→ **Task prompt**
Each line below should be written out exactly, with none skipped.

Stored items:
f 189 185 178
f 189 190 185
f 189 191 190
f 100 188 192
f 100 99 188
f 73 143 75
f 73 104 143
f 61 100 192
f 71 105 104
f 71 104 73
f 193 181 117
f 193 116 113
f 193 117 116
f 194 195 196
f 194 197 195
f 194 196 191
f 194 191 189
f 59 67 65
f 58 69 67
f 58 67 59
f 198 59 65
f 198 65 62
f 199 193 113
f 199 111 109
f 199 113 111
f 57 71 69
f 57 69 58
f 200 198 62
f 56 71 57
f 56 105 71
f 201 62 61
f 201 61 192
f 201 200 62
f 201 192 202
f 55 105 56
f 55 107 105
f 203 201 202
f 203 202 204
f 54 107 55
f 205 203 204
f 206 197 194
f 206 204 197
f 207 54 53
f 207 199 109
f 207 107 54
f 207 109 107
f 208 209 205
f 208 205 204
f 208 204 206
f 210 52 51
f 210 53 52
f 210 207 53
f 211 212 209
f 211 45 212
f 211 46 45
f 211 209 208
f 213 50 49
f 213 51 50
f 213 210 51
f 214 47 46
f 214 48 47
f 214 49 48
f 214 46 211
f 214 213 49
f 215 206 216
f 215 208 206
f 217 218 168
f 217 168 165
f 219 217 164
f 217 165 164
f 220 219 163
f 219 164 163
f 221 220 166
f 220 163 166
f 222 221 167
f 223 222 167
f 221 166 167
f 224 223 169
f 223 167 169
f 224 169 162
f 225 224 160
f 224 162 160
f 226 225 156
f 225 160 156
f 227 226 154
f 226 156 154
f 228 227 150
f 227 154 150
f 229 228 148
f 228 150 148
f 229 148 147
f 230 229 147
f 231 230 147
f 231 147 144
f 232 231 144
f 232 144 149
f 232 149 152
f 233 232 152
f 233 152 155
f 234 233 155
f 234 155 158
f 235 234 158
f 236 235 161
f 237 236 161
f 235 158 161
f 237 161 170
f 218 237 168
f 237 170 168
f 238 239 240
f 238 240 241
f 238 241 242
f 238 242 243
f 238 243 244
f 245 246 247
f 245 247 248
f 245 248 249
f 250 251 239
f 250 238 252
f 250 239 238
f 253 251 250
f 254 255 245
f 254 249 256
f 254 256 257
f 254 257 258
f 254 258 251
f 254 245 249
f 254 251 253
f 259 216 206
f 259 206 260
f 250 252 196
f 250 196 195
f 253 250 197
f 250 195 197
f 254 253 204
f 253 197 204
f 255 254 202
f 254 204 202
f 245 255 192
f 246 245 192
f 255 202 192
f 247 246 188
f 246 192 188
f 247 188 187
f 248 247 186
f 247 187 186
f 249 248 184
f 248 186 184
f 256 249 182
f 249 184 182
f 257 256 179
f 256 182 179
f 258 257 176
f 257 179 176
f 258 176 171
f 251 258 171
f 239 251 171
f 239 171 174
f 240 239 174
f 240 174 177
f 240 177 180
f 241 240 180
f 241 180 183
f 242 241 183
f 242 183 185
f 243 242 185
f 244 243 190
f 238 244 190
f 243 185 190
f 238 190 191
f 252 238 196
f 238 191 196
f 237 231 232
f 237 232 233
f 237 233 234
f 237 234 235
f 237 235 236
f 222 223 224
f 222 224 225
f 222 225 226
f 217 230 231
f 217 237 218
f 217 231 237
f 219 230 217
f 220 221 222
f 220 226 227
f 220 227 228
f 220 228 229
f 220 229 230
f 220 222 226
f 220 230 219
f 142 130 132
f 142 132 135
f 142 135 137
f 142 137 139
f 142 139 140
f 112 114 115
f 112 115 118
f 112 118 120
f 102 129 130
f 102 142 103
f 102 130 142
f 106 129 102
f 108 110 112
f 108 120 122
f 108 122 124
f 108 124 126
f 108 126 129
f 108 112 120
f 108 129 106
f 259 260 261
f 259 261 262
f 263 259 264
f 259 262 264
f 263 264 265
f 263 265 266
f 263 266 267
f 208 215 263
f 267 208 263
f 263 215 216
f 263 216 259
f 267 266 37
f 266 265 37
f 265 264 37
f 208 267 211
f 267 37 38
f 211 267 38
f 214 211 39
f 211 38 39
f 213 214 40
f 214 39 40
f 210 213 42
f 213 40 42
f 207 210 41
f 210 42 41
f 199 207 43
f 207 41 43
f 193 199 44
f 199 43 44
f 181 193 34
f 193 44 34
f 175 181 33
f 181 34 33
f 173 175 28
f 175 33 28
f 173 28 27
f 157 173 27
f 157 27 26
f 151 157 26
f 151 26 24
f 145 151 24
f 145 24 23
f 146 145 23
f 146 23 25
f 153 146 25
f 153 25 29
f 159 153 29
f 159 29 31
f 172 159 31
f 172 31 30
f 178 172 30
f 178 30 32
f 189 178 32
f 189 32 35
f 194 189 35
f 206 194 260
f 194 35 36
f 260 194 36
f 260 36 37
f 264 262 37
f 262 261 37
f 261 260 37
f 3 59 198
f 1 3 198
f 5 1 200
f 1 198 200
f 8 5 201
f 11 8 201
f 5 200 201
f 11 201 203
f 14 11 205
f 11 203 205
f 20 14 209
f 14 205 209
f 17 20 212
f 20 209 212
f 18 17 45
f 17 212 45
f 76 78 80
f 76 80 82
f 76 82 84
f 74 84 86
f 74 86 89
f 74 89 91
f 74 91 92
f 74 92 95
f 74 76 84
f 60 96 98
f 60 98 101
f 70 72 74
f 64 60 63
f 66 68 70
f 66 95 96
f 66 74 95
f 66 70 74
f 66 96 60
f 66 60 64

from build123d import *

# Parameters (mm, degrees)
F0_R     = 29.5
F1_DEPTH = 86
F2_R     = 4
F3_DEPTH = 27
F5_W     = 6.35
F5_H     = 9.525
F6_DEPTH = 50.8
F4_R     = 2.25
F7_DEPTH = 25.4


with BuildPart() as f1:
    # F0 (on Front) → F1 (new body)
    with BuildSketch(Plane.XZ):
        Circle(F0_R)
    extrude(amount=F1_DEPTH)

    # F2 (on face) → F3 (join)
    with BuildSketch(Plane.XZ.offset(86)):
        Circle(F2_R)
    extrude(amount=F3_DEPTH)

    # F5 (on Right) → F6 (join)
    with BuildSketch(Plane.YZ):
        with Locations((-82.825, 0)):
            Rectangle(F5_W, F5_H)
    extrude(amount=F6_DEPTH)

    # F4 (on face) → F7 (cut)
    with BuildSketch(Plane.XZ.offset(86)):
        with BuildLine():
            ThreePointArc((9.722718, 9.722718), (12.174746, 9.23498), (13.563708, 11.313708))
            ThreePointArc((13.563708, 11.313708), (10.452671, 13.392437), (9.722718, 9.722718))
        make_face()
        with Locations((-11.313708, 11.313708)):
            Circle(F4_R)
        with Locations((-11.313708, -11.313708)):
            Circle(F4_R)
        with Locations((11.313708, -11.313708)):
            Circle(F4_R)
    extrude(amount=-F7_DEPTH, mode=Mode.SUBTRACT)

→ **Completed exercise**
f 189 185 178
f 189 190 185
f 189 191 190
f 100 188 192
f 100 99 188
f 73 143 75
f 73 104 143
f 61 100 192
f 71 105 104
f 71 104 73
f 193 181 117
f 193 116 113
f 193 117 116
f 194 195 196
f 194 197 195
f 194 196 191
f 194 191 189
f 59 67 65
f 58 69 67
f 58 67 59
f 198 59 65
f 198 65 62
f 199 193 113
f 199 111 109
f 199 113 111
f 57 71 69
f 57 69 58
f 200 198 62
f 56 71 57
f 56 105 71
f 201 62 61
f 201 61 192
f 201 200 62
f 201 192 202
f 55 105 56
f 55 107 105
f 203 201 202
f 203 202 204
f 54 107 55
f 205 203 204
f 206 197 194
f 206 204 197
f 207 54 53
f 207 199 109
f 207 107 54
f 207 109 107
f 208 209 205
f 208 205 204
f 208 204 206
f 210 52 51
f 210 53 52
f 210 207 53
f 211 212 209
f 211 45 212
f 211 46 45
f 211 209 208
f 213 50 49
f 213 51 50
f 213 210 51
f 214 47 46
f 214 48 47
f 214 49 48
f 214 46 211
f 214 213 49
f 215 206 216
f 215 208 206
f 217 218 168
f 217 168 165
f 219 217 164
f 217 165 164
f 220 219 163
f 219 164 163
f 221 220 166
f 220 163 166
f 222 221 167
f 223 222 167
f 221 166 167
f 224 223 169
f 223 167 169
f 224 169 162
f 225 224 160
f 224 162 160
f 226 225 156
f 225 160 156
f 227 226 154
f 226 156 154
f 228 227 150
f 227 154 150
f 229 228 148
f 228 150 148
f 229 148 147
f 230 229 147
f 231 230 147
f 231 147 144
f 232 231 144
f 232 144 149
f 232 149 152
f 233 232 152
f 233 152 155
f 234 233 155
f 234 155 158
f 235 234 158
f 236 235 161
f 237 236 161
f 235 158 161
f 237 161 170
f 218 237 168
f 237 170 168
f 238 239 240
f 238 240 241
f 238 241 242
f 238 242 243
f 238 243 244
f 245 246 247
f 245 247 248
f 245 248 249
f 250 251 239
f 250 238 252
f 250 239 238
f 253 251 250
f 254 255 245
f 254 249 256
f 254 256 257
f 254 257 258
f 254 258 251
f 254 245 249
f 254 251 253
f 259 216 206
f 259 206 260
f 250 252 196
f 250 196 195
f 253 250 197
f 250 195 197
f 254 253 204
f 253 197 204
f 255 254 202
f 254 204 202
f 245 255 192
f 246 245 192
f 255 202 192
f 247 246 188
f 246 192 188
f 247 188 187
f 248 247 186
f 247 187 186
f 249 248 184
f 248 186 184
f 256 249 182
f 249 184 182
f 257 256 179
f 256 182 179
f 258 257 176
f 257 179 176
f 258 176 171
f 251 258 171
f 239 251 171
f 239 171 174
f 240 239 174
f 240 174 177
f 240 177 180
f 241 240 180
f 241 180 183
f 242 241 183
f 242 183 185
f 243 242 185
f 244 243 190
f 238 244 190
f 243 185 190
f 238 190 191
f 252 238 196
f 238 191 196
f 237 231 232
f 237 232 233
f 237 233 234
f 237 234 235
f 237 235 236
f 222 223 224
f 222 224 225
f 222 225 226
f 217 230 231
f 217 237 218
f 217 231 237
f 219 230 217
f 220 221 222
f 220 226 227
f 220 227 228
f 220 228 229
f 220 229 230
f 220 222 226
f 220 230 219
f 142 130 132
f 142 132 135
f 142 135 137
f 142 137 139
f 142 139 140
f 112 114 115
f 112 115 118
f 112 118 120
f 102 129 130
f 102 142 103
f 102 130 142
f 106 129 102
f 108 110 112
f 108 120 122
f 108 122 124
f 108 124 126
f 108 126 129
f 108 112 120
f 108 129 106
f 259 260 261
f 259 261 262
f 263 259 264
f 259 262 264
f 263 264 265
f 263 265 266
f 263 266 267
f 208 215 263
f 267 208 263
f 263 215 216
f 263 216 259
f 267 266 37
f 266 265 37
f 265 264 37
f 208 267 211
f 267 37 38
f 211 267 38
f 214 211 39
f 211 38 39
f 213 214 40
f 214 39 40
f 210 213 42
f 213 40 42
f 207 210 41
f 210 42 41
f 199 207 43
f 207 41 43
f 193 199 44
f 199 43 44
f 181 193 34
f 193 44 34
f 175 181 33
f 181 34 33
f 173 175 28
f 175 33 28
f 173 28 27
f 157 173 27
f 157 27 26
f 151 157 26
f 151 26 24
f 145 151 24
f 145 24 23
f 146 145 23
f 146 23 25
f 153 146 25
f 153 25 29
f 159 153 29
f 159 29 31
f 172 159 31
f 172 31 30
f 178 172 30
f 178 30 32
f 189 178 32
f 189 32 35
f 194 189 35
f 206 194 260
f 194 35 36
f 260 194 36
f 260 36 37
f 264 262 37
f 262 261 37
f 261 260 37
f 3 59 198
f 1 3 198
f 5 1 200
f 1 198 200
f 8 5 201
f 11 8 201
f 5 200 201
f 11 201 203
f 14 11 205
f 11 203 205
f 20 14 209
f 14 205 209
f 17 20 212
f 20 209 212
f 18 17 45
f 17 212 45
f 76 78 80
f 76 80 82
f 76 82 84
f 74 84 86
f 74 86 89
f 74 89 91
f 74 91 92
f 74 92 95
f 74 76 84
f 60 96 98
f 60 98 101
f 70 72 74
f 64 60 63
f 66 68 70
f 66 95 96
f 66 74 95
f 66 70 74
f 66 96 60
f 66 60 64

from build123d import *

# Parameters (mm, degrees)
F0_R     = 29.5
F1_DEPTH = 86
F2_R     = 4
F3_DEPTH = 27
F5_W     = 6.35
F5_H     = 9.525
F6_DEPTH = 50.8
F4_R     = 2.25
F7_DEPTH = 25.4


with BuildPart() as f1:
    # F0 (on Front) → F1 (new body)
    with BuildSketch(Plane.XZ):
        Circle(F0_R)
    extrude(amount=F1_DEPTH)

    # F2 (on face) → F3 (join)
    with BuildSketch(Plane.XZ.offset(86)):
        Circle(F2_R)
    extrude(amount=F3_DEPTH)

    # F5 (on Right) → F6 (join)
    with BuildSketch(Plane.YZ):
        with Locations((-82.825, 0)):
            Rectangle(F5_W, F5_H)
    extrude(amount=F6_DEPTH)

    # F4 (on face) → F7 (cut)
    with BuildSketch(Plane.XZ.offset(86)):
        with BuildLine():
            ThreePointArc((9.722718, 9.722718), (12.174746, 9.23498), (13.563708, 11.313708))
            ThreePointArc((13.563708, 11.313708), (10.452671, 13.392437), (9.722718, 9.722718))
        make_face()
        with Locations((-11.313708, 11.313708)):
            Circle(F4_R)
        with Locations((-11.313708, -11.313708)):
            Circle(F4_R)
        with Locations((11.313708, -11.313708)):
            Circle(F4_R)
    extrude(amount=-F7_DEPTH, mode=Mode.SUBTRACT)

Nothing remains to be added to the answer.